TASK GOAL:
Give back all the entries below. Omit none of them.

RECORDS PROVIDED:
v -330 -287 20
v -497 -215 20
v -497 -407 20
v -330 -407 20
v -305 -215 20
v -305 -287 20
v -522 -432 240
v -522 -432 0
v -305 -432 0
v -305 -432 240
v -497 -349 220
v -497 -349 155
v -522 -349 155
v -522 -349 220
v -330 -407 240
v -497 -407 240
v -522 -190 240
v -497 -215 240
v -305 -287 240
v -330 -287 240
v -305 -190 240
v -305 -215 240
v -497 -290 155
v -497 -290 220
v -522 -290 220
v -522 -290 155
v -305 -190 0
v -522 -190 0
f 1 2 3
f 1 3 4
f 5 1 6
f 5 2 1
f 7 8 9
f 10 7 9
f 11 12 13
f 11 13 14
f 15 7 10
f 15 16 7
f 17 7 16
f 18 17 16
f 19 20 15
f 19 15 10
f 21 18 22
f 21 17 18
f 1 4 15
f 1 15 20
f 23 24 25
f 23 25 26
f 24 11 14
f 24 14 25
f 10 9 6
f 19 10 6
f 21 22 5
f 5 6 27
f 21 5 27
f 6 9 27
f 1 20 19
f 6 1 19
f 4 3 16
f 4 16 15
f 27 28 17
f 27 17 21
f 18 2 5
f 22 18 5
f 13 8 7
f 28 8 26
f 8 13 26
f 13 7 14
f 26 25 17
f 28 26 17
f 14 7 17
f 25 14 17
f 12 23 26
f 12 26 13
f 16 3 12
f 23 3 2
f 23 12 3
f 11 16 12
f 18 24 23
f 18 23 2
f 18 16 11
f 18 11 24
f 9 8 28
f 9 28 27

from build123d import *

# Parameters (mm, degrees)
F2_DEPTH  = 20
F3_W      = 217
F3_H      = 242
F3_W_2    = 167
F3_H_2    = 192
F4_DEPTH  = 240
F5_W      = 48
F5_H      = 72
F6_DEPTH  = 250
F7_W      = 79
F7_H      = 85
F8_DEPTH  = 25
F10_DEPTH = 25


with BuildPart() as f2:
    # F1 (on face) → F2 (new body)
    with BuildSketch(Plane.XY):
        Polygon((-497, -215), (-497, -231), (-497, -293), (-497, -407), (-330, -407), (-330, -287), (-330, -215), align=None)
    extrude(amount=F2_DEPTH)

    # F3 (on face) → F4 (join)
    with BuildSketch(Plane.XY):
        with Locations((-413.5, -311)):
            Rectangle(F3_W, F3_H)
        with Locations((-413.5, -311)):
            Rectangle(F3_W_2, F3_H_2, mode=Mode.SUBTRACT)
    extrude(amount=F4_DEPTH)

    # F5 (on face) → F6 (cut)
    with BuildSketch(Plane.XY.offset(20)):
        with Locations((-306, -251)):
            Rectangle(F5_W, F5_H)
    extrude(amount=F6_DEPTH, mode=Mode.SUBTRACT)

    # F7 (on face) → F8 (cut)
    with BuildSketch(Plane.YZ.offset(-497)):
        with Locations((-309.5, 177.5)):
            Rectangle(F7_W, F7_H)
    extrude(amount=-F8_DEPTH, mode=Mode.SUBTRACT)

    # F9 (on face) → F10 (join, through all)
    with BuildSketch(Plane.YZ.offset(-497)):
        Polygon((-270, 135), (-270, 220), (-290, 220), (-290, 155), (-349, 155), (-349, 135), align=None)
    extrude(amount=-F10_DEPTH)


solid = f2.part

ANSWER TO THIS EXERCISE:
v -330 -287 20
v -497 -215 20
v -497 -407 20
v -330 -407 20
v -305 -215 20
v -305 -287 20
v -522 -432 240
v -522 -432 0
v -305 -432 0
v -305 -432 240
v -497 -349 220
v -497 -349 155
v -522 -349 155
v -522 -349 220
v -330 -407 240
v -497 -407 240
v -522 -190 240
v -497 -215 240
v -305 -287 240
v -330 -287 240
v -305 -190 240
v -305 -215 240
v -497 -290 155
v -497 -290 220
v -522 -290 220
v -522 -290 155
v -305 -190 0
v -522 -190 0
f 1 2 3
f 1 3 4
f 5 1 6
f 5 2 1
f 7 8 9
f 10 7 9
f 11 12 13
f 11 13 14
f 15 7 10
f 15 16 7
f 17 7 16
f 18 17 16
f 19 20 15
f 19 15 10
f 21 18 22
f 21 17 18
f 1 4 15
f 1 15 20
f 23 24 25
f 23 25 26
f 24 11 14
f 24 14 25
f 10 9 6
f 19 10 6
f 21 22 5
f 5 6 27
f 21 5 27
f 6 9 27
f 1 20 19
f 6 1 19
f 4 3 16
f 4 16 15
f 27 28 17
f 27 17 21
f 18 2 5
f 22 18 5
f 13 8 7
f 28 8 26
f 8 13 26
f 13 7 14
f 26 25 17
f 28 26 17
f 14 7 17
f 25 14 17
f 12 23 26
f 12 26 13
f 16 3 12
f 23 3 2
f 23 12 3
f 11 16 12
f 18 24 23
f 18 23 2
f 18 16 11
f 18 11 24
f 9 8 28
f 9 28 27

from build123d import *

# Parameters (mm, degrees)
F2_DEPTH  = 20
F3_W      = 217
F3_H      = 242
F3_W_2    = 167
F3_H_2    = 192
F4_DEPTH  = 240
F5_W      = 48
F5_H      = 72
F6_DEPTH  = 250
F7_W      = 79
F7_H      = 85
F8_DEPTH  = 25
F10_DEPTH = 25


with BuildPart() as f2:
    # F1 (on face) → F2 (new body)
    with BuildSketch(Plane.XY):
        Polygon((-497, -215), (-497, -231), (-497, -293), (-497, -407), (-330, -407), (-330, -287), (-330, -215), align=None)
    extrude(amount=F2_DEPTH)

    # F3 (on face) → F4 (join)
    with BuildSketch(Plane.XY):
        with Locations((-413.5, -311)):
            Rectangle(F3_W, F3_H)
        with Locations((-413.5, -311)):
            Rectangle(F3_W_2, F3_H_2, mode=Mode.SUBTRACT)
    extrude(amount=F4_DEPTH)

    # F5 (on face) → F6 (cut)
    with BuildSketch(Plane.XY.offset(20)):
        with Locations((-306, -251)):
            Rectangle(F5_W, F5_H)
    extrude(amount=F6_DEPTH, mode=Mode.SUBTRACT)

    # F7 (on face) → F8 (cut)
    with BuildSketch(Plane.YZ.offset(-497)):
        with Locations((-309.5, 177.5)):
            Rectangle(F7_W, F7_H)
    extrude(amount=-F8_DEPTH, mode=Mode.SUBTRACT)

    # F9 (on face) → F10 (join, through all)
    with BuildSketch(Plane.YZ.offset(-497)):
        Polygon((-270, 135), (-270, 220), (-290, 220), (-290, 155), (-349, 155), (-349, 135), align=None)
    extrude(amount=-F10_DEPTH)


solid = f2.part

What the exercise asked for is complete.